Line 10 handles finding the actual contours in the image. Notice how we are using the cv2.RETR_EXTERNAL flag in the cv2.findContours function to indicate that we want the external-most contours only.
Had we not provided this flag, we would have ended up detecting the inner circle of the “O” character as well as the outer circle! And if you don’t believe me, I would take a second a review the Finding and Drawing Contours section where we detail how to find contours in an image. Remember when we detected the contour of the inner-ovular region of the rectangle? The same premise applies here — if we were to detect all contours, we would end up finding the inner circle of the “O;” hence we are only interested in the external contours.
From there we start looping over each individual contour on Line 14.
And here is where we start computing the actual properties of our contour. We start off by computing the area of the contour on Line 17. Again, remember that the cv2.contourArea is not giving us the area of the contour. Instead, it’s giving us the number of pixels that reside inside the contour (we’ll be computing the rectangular area of the contour later).
Line 18 then grabs the bounding box of the contour, which gives us the starting (x, y)-coordinates of the contour, followed by the width and height of the bounding box.
Given these two simple contour properties, let’s compute two advanced properties: the convex hull and the solidity. The actual convex hull of the shape is computed on Line 23 and the area of the convex hull is then computed on Line 24. Now that we have both the area of the contour along with the area of the convex hull we can compute the solidity, which we defined above.
So how are we going to put these properties to work for us? Let’s take a look:
# initialize the character text char = "?" # if the solidity is high, then we are examining an `O` if solidity > 0.9: char = "O" # otherwise, if the solidity it still reasonabably high, we # are examining an `X` elif solidity > 0.5: char = "X" # if the character is not unknown, draw it if char != "?": cv2.drawContours(image, [c], -1, (0, 255, 0), 3) cv2.putText(image, char, (x, y - 10), cv2.FONT_HERSHEY_SIMPLEX, 1.25, (0, 255, 0), 4) # show the contour properties print("{} (Contour #{}) -- solidity={:.2f}".format(char, i + 1, solidity)) # show the output image cv2.imshow("Output", image) cv2.waitKey(0)
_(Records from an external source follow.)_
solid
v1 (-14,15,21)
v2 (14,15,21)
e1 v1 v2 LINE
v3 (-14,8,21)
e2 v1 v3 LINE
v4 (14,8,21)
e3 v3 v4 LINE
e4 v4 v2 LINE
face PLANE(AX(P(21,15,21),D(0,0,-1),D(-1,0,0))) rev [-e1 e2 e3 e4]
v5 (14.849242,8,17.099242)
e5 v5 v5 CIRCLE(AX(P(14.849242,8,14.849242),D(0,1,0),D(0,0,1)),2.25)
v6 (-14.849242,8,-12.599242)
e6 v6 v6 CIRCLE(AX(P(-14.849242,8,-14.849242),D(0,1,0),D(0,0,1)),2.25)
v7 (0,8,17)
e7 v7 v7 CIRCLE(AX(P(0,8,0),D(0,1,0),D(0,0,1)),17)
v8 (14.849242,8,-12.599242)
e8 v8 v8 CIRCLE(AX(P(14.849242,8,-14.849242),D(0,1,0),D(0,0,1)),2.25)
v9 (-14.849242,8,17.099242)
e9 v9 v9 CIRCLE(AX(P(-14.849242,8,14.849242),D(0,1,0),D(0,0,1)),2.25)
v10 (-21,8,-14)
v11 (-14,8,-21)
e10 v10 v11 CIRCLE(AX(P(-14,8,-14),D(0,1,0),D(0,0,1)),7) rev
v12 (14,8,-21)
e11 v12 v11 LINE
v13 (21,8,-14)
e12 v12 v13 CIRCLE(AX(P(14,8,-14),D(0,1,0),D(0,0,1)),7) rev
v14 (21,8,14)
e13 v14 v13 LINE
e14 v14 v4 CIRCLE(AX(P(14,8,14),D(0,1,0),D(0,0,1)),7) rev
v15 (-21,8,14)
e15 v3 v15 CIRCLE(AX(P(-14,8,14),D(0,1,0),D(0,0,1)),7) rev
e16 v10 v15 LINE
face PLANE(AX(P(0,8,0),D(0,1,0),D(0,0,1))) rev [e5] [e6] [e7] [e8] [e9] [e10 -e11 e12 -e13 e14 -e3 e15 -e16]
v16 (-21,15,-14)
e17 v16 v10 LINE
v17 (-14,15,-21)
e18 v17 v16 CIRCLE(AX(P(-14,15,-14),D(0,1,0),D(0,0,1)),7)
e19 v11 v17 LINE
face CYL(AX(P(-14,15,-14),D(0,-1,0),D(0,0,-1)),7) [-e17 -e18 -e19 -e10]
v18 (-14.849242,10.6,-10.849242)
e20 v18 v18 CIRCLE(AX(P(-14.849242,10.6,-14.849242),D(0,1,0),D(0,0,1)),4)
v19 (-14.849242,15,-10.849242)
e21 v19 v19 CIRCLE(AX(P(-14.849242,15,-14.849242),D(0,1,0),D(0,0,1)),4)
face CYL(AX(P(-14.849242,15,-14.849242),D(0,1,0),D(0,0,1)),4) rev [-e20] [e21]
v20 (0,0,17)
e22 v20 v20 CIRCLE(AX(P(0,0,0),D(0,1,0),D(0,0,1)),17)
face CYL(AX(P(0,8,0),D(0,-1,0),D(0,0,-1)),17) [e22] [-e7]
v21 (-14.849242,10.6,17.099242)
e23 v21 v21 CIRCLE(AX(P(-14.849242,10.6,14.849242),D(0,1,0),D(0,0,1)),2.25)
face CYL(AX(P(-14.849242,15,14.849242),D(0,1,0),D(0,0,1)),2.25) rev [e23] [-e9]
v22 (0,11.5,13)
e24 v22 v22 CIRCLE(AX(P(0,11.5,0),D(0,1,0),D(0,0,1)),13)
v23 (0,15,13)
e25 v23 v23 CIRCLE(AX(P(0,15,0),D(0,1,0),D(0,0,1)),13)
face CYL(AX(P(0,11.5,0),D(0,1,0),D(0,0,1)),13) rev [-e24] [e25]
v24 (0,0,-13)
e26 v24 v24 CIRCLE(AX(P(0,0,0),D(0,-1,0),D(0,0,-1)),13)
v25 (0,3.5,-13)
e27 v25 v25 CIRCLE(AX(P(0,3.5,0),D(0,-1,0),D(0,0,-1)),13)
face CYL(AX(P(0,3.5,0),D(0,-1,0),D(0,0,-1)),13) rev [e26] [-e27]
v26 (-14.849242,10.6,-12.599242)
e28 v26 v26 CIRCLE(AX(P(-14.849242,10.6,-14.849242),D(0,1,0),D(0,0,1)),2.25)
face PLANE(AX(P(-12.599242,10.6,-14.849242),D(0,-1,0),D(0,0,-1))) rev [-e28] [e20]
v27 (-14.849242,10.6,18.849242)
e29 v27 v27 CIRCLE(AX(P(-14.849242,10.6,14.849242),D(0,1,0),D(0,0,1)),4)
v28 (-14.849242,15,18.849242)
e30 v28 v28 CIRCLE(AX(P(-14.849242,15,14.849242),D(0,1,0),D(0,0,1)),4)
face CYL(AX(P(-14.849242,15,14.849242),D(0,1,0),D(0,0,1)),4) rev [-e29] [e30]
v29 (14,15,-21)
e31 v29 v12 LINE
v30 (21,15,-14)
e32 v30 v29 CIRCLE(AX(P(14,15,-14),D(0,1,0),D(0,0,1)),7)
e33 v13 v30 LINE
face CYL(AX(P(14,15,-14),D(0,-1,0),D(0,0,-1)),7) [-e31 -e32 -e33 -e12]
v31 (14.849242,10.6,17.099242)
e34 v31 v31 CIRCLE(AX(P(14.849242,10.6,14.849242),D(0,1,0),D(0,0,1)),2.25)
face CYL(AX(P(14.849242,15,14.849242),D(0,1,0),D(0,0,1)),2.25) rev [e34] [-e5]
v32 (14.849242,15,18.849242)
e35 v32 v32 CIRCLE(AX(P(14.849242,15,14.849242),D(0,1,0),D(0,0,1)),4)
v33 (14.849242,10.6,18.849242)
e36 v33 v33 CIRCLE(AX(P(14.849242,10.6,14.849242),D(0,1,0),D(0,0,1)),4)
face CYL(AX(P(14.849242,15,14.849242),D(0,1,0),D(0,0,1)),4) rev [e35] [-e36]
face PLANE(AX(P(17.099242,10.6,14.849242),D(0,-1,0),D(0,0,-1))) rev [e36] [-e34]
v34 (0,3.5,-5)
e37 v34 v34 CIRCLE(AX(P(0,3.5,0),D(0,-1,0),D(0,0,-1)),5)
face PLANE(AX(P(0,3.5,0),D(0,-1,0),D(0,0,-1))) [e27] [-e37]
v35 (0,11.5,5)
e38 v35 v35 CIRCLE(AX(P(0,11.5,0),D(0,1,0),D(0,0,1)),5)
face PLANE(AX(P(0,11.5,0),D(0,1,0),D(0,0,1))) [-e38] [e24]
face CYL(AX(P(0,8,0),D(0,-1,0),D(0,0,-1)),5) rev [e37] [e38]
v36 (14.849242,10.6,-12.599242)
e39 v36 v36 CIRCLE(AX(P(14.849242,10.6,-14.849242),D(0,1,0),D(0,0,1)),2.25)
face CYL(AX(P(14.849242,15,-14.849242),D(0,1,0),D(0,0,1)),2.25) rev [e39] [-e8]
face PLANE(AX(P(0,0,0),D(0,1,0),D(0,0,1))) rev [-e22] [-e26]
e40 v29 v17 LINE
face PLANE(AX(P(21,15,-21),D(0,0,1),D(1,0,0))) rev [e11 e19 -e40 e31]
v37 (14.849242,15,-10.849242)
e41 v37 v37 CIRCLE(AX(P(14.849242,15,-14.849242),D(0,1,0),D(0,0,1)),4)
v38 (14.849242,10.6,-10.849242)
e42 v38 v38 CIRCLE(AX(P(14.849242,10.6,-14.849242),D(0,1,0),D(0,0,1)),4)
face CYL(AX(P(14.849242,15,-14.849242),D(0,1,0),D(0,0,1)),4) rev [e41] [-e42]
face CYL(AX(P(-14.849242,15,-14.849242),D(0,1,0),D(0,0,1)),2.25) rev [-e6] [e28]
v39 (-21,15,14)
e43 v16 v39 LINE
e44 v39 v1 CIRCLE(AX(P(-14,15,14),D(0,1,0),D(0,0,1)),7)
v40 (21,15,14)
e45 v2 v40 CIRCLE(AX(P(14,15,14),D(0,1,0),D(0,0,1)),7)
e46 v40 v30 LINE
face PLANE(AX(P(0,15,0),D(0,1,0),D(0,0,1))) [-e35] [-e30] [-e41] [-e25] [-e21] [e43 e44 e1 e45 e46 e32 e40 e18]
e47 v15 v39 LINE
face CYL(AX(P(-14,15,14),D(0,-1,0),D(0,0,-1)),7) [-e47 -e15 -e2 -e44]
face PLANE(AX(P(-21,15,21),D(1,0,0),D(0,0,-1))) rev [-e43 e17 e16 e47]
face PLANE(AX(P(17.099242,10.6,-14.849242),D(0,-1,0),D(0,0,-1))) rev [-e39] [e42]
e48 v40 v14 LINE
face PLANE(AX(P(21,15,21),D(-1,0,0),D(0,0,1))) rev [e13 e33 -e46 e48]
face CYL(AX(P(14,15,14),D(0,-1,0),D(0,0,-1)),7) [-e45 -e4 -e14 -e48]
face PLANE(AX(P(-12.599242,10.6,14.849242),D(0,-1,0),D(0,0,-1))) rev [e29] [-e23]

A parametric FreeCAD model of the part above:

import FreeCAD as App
import Part
import Sketcher


def edges_at(feature, points):
    """Names of the edges that pass closest to the given points."""
    edges = feature.Shape.Edges
    near = lambda p: min(range(len(edges)), key=lambda i: edges[i].distToShape(Part.Vertex(*p))[0])
    return sorted({f"Edge{near(p) + 1}" for p in points})


def add_polygon(sketch, points):
    """Adds a closed chain of lines whose ends are joined by coincident constraints."""
    first, n = sketch.GeometryCount, len(points)
    for a, b in zip(points, points[1:] + points[:1]):
        sketch.addGeometry(Part.LineSegment(App.Vector(*a, 0), App.Vector(*b, 0)), False)
    for i in range(n):
        sketch.addConstraint(Sketcher.Constraint("Coincident", first + i, 2, first + (i + 1) % n, 1))

doc = App.newDocument("Part")
body = doc.addObject("PartDesign::Body", "Body")

sketch1 = body.newObject("Sketcher::SketchObject", "Sketch")
sketch1.AttachmentSupport = (doc.getObject("XZ_Plane"), [""])
sketch1.MapMode = "FlatFace"
sketch1.addGeometry(Part.Circle(App.Vector(0, 0, 0), App.Vector(0, 0, 1), 17), False)
sketch1.addGeometry(Part.Circle(App.Vector(0, 0, 0), App.Vector(0, 0, 1), 5), False)
sketch1.addConstraint(Sketcher.Constraint("Coincident", 0, 3, -1, 1))
sketch1.addConstraint(Sketcher.Constraint("Coincident", 1, 3, -1, 1))
sketch1.addConstraint(Sketcher.Constraint("Diameter", 0, 34.0))
sketch1.addConstraint(Sketcher.Constraint("Diameter", 1, 10.0))
pad1 = body.newObject("PartDesign::Pad", "Pad")
pad1.Profile = sketch1
pad1.Length = 8
pad1.Reversed = True

sketch2 = body.newObject("Sketcher::SketchObject", "Sketch001")
sketch2.AttachmentSupport = (doc.getObject("XZ_Plane"), [""])
sketch2.MapMode = "FlatFace"
sketch2.AttachmentOffset = App.Placement(App.Vector(0, 0, -8), App.Rotation())
add_polygon(sketch2, [(-21, -21), (-21, 21), (21, 21), (21, -21)])
sketch2.addGeometry(Part.Circle(App.Vector(0, 0, 0), App.Vector(0, 0, 1), 5), False)
sketch2.addConstraint(Sketcher.Constraint("Vertical", 0))
sketch2.addConstraint(Sketcher.Constraint("Horizontal", 1))
sketch2.addConstraint(Sketcher.Constraint("Vertical", 2))
sketch2.addConstraint(Sketcher.Constraint("Horizontal", 3))
sketch2.addConstraint(Sketcher.Constraint("Coincident", 4, 3, -1, 1))
sketch2.addConstraint(Sketcher.Constraint("Symmetric", 0, 2, 2, 2, -1, 1))
sketch2.addConstraint(Sketcher.Constraint("Equal", 3, 0))
sketch2.addConstraint(Sketcher.Constraint("Diameter", 4, 10.0))
sketch2.addConstraint(Sketcher.Constraint("DistanceX", 1, 1, 1, 2, 42.0))
pad2 = body.newObject("PartDesign::Pad", "Pad001")
pad2.Profile = sketch2
pad2.Length = 7
pad2.Reversed = True
doc.recompute()

fillet = body.newObject("PartDesign::Fillet", "Fillet")
fillet.Base = (pad2, edges_at(pad2, [
    (-21, 11.5, -21),
    (-21, 11.5, 21),
    (21, 11.5, 21),
    (21, 11.5, -21),
]))
fillet.Radius = 7

sketch3 = body.newObject("Sketcher::SketchObject", "Sketch002")
sketch3.AttachmentSupport = (doc.getObject("XZ_Plane"), [""])
sketch3.MapMode = "FlatFace"
sketch3.AttachmentOffset = App.Placement(App.Vector(0, 0, -15), App.Rotation())
sketch3.addGeometry(Part.Circle(App.Vector(-14.8, -14.8, 0), App.Vector(0, 0, 1), 2.2), False)
sketch3.addGeometry(Part.Circle(App.Vector(14.8, -14.8, 0), App.Vector(0, 0, 1), 2.2), False)
sketch3.addGeometry(Part.Circle(App.Vector(14.8, 14.8, 0), App.Vector(0, 0, 1), 2.2), False)
sketch3.addGeometry(Part.Circle(App.Vector(-14.8, 14.8, 0), App.Vector(0, 0, 1), 2.2), False)
sketch3.addConstraint(Sketcher.Constraint("Equal", 0, 1))
sketch3.addConstraint(Sketcher.Constraint("Equal", 1, 2))
sketch3.addConstraint(Sketcher.Constraint("Equal", 2, 3))
sketch3.addConstraint(Sketcher.Constraint("Symmetric", 0, 3, 2, 3, -1, 1))
sketch3.addConstraint(Sketcher.Constraint("Symmetric", 1, 3, 3, 3, -1, 1))
sketch3.addConstraint(Sketcher.Constraint("Symmetric", 0, 3, 1, 3, -2))
sketch3.addConstraint(Sketcher.Constraint("Diameter", 0, 4.5))
sketch3.addConstraint(Sketcher.Constraint("DistanceX", 0, 3, -1, 1, 14.849242))
sketch3.addConstraint(Sketcher.Constraint("DistanceY", 0, 3, -1, 1, 14.849242))
doc.recompute()
hole = body.newObject("PartDesign::Hole", "Hole")
hole.Profile = sketch3
hole.ThreadType = "None"
hole.Diameter = 4.5
hole.DepthType = "ThroughAll"
hole.HoleCutType = "Counterbore"
hole.HoleCutDiameter = 8
hole.HoleCutDepth = 4.4
hole.Reversed = True

sketch4 = body.newObject("Sketcher::SketchObject", "Sketch003")
sketch4.AttachmentSupport = (doc.getObject("XZ_Plane"), [""])
sketch4.MapMode = "FlatFace"
sketch4.addGeometry(Part.Circle(App.Vector(0, 0, 0), App.Vector(0, 0, 1), 13), False)
sketch4.addConstraint(Sketcher.Constraint("Coincident", 0, 3, -1, 1))
sketch4.addConstraint(Sketcher.Constraint("Diameter", 0, 26.0))
pocket1 = body.newObject("PartDesign::Pocket", "Pocket")
pocket1.Profile = sketch4
pocket1.Length = 3.5

sketch5 = body.newObject("Sketcher::SketchObject", "Sketch004")
sketch5.AttachmentSupport = (doc.getObject("XZ_Plane"), [""])
sketch5.MapMode = "FlatFace"
sketch5.AttachmentOffset = App.Placement(App.Vector(0, 0, -11.5), App.Rotation())
sketch5.addGeometry(Part.Circle(App.Vector(0, 0, 0), App.Vector(0, 0, 1), 13), False)
sketch5.addConstraint(Sketcher.Constraint("Coincident", 0, 3, -1, 1))
sketch5.addConstraint(Sketcher.Constraint("Diameter", 0, 26.0))
pocket2 = body.newObject("PartDesign::Pocket", "Pocket001")
pocket2.Profile = sketch5
pocket2.Length = 3.5

doc.recompute()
We’ll start by initializing our char variable to indicate the character that we are looking at — in this case, we initialize it to be a ? indicating that the character is unknown.
Lines 31 and 32 check to see if the character is an O — we hardcode a rule that if the solidity > 0.9 then, then character should be marked as an O.
And similarly, if the solidity > 0.5 (Lines 36 and 37) then we are examining an X.
Finally, if we are able to identify the character, we then draw the contour and the character on our image on Lines 40-43.
Intuitively, this makes sense. The letter X has four large and obvious convexity defects — one for each of the four V’s that form the X. On the other hand, the O has nearly no convexity defects, and the ones that it has are substantially less dramatic than the letter X. Therefore, the letter O is going to have a larger solidity than the letter X.
So how did I arrive that the solidity values of 0.9 and 0.5?
It wasn’t magic — I simply examined the solidity of each character on Line 46, which prints the solidity value and current contour ID to the screen.
Looking at the output of my terminal you can clearly see the ranges of valid values to distinguish between X’s and O’s:
When we look at this output, we can see that the letter O has a solidity of 0.98 for all three times it appears on the board. Similarly, the letter X has a solidity of 0.6. The last solidity value of 0.28 refers to the actual game board itself.
Like I said, by inspecting these solidity values it becomes trivial to define the solidity value ranges to distinguish between X’s and O’s on Lines 31-37.
The actual output on a game board is thus:
In this figure it’s substantially more clear that our algorithm is functioning as expected. We are able to identify all of the X’s and O’s without a problem while totally ignoring the actual game board itself. And we accomplished all of this by examining the solidity of each contour. No fancy computer vision algorithms. No fancy machine learning. Just leveraging contour properties to our advantage.
Identifying Tetris Blocks
Distinguishing between X’s and O’s in a tic-tac-toe game is a great introduction to the power of contour properties. But in the previous example we used only the solidity perform our identification. In some cases, such as in identifying the various types of Tetris blocks, we need to utilize more than one contour property. Specifically, we’ll be using aspect ratio, extent, convex hull, and solidity in conjunction with each other to perform our brick identification.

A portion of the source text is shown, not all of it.